No direction, no obvious plot devices, the young(?) armadillo wasn't quite sure where to go. As if in response to this, a yellow brick road started being drawn in front of him. Surely there would be something interesting down wherever it was starting to lead. He wouldn't let that concerning introduction to this debacle bother him. Rollo waltzed down the road, whistling a jaunty tune, comepletely ignoring the pit of spikes obstructing the pathway, but that was to be expected, really.

A lot of road and a lot of mostly ignored traps later, Rollo came to the end of the yellow bricks and looked behind him to see a trail of anvils, pianos, and various other heavy devices. This Tormentor guy obviously wasn't trying very hard, or was warming up or something. Just a few moments later, he was approached by a somewhat familiar face, who had evidently just climbed out of a hole.


"Hey, Rollo, remind me what I'm supposed to be doing right now, would you?"

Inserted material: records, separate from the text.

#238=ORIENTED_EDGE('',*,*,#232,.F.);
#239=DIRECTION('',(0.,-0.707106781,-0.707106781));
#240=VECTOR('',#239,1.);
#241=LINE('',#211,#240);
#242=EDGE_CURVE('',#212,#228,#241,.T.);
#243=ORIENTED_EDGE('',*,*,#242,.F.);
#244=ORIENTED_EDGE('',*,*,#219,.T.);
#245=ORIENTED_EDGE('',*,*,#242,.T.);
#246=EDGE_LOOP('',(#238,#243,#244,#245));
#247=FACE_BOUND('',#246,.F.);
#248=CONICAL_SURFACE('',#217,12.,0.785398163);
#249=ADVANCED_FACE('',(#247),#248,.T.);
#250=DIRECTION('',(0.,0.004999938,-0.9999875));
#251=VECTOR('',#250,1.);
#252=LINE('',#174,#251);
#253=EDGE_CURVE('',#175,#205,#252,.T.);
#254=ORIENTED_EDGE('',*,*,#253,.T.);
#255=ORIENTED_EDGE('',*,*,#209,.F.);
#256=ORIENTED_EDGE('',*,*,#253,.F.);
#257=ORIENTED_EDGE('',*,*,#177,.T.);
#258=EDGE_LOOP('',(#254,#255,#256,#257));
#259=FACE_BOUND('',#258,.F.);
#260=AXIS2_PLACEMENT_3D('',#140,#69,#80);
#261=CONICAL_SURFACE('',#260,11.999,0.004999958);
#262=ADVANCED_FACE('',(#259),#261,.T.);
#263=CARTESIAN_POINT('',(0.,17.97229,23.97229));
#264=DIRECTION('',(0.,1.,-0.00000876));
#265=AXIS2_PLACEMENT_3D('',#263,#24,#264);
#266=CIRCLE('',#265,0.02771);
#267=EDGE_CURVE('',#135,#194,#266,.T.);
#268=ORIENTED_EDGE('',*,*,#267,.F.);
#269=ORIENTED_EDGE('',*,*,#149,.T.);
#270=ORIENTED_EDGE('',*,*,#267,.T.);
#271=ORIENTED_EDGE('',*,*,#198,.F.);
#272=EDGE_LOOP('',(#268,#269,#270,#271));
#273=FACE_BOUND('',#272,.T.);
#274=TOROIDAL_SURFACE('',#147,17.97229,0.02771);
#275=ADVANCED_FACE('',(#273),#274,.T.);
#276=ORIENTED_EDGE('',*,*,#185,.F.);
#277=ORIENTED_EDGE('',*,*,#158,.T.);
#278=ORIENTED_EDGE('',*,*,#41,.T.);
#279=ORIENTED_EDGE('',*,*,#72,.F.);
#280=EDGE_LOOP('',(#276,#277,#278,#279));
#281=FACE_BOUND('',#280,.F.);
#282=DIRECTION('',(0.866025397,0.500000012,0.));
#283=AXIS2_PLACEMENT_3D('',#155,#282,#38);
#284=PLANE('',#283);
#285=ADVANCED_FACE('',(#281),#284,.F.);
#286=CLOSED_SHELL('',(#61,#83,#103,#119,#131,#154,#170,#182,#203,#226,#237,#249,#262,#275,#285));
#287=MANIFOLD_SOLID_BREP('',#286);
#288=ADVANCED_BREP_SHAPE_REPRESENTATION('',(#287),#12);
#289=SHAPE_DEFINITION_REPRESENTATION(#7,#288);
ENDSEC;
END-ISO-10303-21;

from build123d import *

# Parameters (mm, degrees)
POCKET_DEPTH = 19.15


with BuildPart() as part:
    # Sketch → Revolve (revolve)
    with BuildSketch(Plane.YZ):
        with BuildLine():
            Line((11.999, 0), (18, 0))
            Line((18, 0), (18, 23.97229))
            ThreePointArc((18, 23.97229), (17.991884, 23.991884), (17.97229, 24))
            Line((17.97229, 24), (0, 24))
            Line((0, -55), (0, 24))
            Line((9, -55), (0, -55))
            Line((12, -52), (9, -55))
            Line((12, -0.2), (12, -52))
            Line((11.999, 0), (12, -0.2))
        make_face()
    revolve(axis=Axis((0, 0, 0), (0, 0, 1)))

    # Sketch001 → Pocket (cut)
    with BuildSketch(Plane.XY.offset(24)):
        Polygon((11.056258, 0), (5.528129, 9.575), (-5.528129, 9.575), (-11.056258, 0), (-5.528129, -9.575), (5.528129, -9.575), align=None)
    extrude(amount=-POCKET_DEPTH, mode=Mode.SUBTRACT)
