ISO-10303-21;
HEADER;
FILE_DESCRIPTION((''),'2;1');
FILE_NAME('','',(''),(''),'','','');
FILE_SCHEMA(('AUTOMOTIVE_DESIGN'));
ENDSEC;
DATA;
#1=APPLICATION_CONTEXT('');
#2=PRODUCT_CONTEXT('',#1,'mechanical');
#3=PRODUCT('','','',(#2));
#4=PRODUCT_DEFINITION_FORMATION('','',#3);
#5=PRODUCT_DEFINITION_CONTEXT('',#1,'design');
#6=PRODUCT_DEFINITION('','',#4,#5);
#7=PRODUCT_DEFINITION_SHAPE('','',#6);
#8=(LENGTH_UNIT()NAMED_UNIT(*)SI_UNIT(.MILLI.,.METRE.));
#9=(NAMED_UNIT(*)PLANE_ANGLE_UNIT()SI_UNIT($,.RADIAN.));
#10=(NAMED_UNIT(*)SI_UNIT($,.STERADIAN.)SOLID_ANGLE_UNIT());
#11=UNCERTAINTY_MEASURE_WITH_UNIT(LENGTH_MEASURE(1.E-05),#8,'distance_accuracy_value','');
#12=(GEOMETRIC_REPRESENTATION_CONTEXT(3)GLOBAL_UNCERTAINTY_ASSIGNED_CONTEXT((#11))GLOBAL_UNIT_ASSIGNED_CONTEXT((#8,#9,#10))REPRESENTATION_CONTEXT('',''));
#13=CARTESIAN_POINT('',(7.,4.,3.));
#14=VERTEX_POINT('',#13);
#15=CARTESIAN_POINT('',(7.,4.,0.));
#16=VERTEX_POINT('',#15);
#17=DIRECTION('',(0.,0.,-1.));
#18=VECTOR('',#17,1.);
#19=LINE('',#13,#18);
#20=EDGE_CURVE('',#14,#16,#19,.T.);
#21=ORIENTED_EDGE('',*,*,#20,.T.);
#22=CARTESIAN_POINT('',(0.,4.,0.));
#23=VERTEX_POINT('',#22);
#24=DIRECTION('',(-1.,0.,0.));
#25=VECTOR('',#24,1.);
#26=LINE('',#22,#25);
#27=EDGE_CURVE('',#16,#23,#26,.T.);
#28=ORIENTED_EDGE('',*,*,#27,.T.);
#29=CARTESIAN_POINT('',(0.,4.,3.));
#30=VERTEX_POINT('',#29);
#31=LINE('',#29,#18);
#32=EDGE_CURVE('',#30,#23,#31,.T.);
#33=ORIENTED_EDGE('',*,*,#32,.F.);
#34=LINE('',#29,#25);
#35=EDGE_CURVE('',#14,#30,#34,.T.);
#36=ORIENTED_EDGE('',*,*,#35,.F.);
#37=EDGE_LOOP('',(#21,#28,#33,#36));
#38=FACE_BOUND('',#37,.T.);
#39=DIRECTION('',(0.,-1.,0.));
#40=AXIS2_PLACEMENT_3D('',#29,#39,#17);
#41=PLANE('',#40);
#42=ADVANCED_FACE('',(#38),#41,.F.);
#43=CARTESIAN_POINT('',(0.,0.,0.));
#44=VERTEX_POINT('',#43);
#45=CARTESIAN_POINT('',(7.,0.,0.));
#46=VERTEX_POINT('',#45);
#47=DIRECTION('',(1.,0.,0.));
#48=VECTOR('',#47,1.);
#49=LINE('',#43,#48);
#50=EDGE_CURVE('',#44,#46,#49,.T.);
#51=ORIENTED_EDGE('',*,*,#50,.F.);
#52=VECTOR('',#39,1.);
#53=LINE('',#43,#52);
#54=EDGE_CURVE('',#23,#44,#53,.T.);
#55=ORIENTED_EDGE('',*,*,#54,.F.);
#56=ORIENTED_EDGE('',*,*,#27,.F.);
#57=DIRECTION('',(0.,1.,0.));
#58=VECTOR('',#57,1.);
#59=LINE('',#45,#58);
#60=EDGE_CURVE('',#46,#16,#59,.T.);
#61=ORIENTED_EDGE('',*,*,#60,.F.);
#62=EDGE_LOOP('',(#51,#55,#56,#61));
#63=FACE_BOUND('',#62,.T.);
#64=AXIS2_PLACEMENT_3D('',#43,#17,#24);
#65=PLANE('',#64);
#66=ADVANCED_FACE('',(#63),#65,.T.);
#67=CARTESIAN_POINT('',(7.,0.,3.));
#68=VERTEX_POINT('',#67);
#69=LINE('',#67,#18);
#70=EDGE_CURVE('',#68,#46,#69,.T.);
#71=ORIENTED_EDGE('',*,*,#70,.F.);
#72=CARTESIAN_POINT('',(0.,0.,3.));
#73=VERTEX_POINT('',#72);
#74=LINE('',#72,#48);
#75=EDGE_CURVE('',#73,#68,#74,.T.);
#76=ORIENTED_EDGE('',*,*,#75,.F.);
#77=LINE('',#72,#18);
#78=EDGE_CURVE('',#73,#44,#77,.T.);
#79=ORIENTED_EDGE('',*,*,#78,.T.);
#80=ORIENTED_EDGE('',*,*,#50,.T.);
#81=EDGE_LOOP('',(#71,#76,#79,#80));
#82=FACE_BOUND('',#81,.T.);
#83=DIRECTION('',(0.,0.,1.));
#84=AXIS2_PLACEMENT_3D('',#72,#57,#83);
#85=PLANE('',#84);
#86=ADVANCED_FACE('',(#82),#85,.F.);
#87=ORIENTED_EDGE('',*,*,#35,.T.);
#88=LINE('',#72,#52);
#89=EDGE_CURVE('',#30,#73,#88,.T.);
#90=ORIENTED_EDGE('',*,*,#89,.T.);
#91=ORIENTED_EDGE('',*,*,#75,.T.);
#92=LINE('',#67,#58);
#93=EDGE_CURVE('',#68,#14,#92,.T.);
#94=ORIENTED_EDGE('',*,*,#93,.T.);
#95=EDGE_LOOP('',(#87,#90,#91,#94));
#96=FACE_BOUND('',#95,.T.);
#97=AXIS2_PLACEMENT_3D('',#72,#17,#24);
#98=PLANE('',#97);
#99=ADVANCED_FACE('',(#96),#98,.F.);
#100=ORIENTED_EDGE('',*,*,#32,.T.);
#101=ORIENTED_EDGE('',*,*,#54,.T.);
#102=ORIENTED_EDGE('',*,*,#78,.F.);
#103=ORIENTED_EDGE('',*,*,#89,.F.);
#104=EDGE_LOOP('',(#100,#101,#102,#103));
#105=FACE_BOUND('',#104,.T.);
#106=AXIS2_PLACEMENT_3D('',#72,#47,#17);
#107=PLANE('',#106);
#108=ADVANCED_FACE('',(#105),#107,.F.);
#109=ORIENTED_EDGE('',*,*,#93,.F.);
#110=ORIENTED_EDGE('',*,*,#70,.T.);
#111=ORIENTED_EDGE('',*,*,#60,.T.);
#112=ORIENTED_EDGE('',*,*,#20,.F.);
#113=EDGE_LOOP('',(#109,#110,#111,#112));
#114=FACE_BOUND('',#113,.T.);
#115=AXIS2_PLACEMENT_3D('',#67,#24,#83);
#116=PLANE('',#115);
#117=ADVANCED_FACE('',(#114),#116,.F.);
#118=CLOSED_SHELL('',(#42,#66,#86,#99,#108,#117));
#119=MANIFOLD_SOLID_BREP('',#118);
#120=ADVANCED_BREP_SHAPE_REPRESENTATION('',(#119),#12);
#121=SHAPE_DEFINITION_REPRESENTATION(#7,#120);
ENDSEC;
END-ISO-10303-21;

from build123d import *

# Parameters (mm, degrees)
SKETCH_1_W      = 7
SKETCH_1_H      = 4
EXTRUDE_1_DEPTH = 3


with BuildPart() as part:
    # ｽｹｯﾁ1 → ﾎﾞｽ - 押し出し1 (new body)
    with BuildSketch(Plane.XY):
        with Locations((3.5, 2)):
            Rectangle(SKETCH_1_W, SKETCH_1_H)
    extrude(amount=EXTRUDE_1_DEPTH)


solid = part.part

A... game? Still wouldn't make much sense, he should know what role he was. Too much control over himself to be a player character, not enough of an idea of what's happening to be an NPC. Still, if that were it, he might as well act the part. He quickly put together an idea of what this character, probably the player character in this case, would need out of him, and to perhaps advance his own plans of actually figuring out what to do.
"Hiya, Martin! I'm Rollo! That mean ol' Tormentor has put us all in a battle to the death! Some of those other guys seemed pretty mean, but maybe some of them can help out somehow? Let's team up for now!"
In response to this, the words 'ROLLO HAS JOINED THE PARTY' appeared above the armadillo, before quickly crashing down upon his head, caving it in. Martin looked in surprise for a moment before Rollo felt around where his head used to be and grabbed an ear, pulling his head back out of his neck. "Gotta watch out for that violent fourth wall! Do you have any other questions to ask me?"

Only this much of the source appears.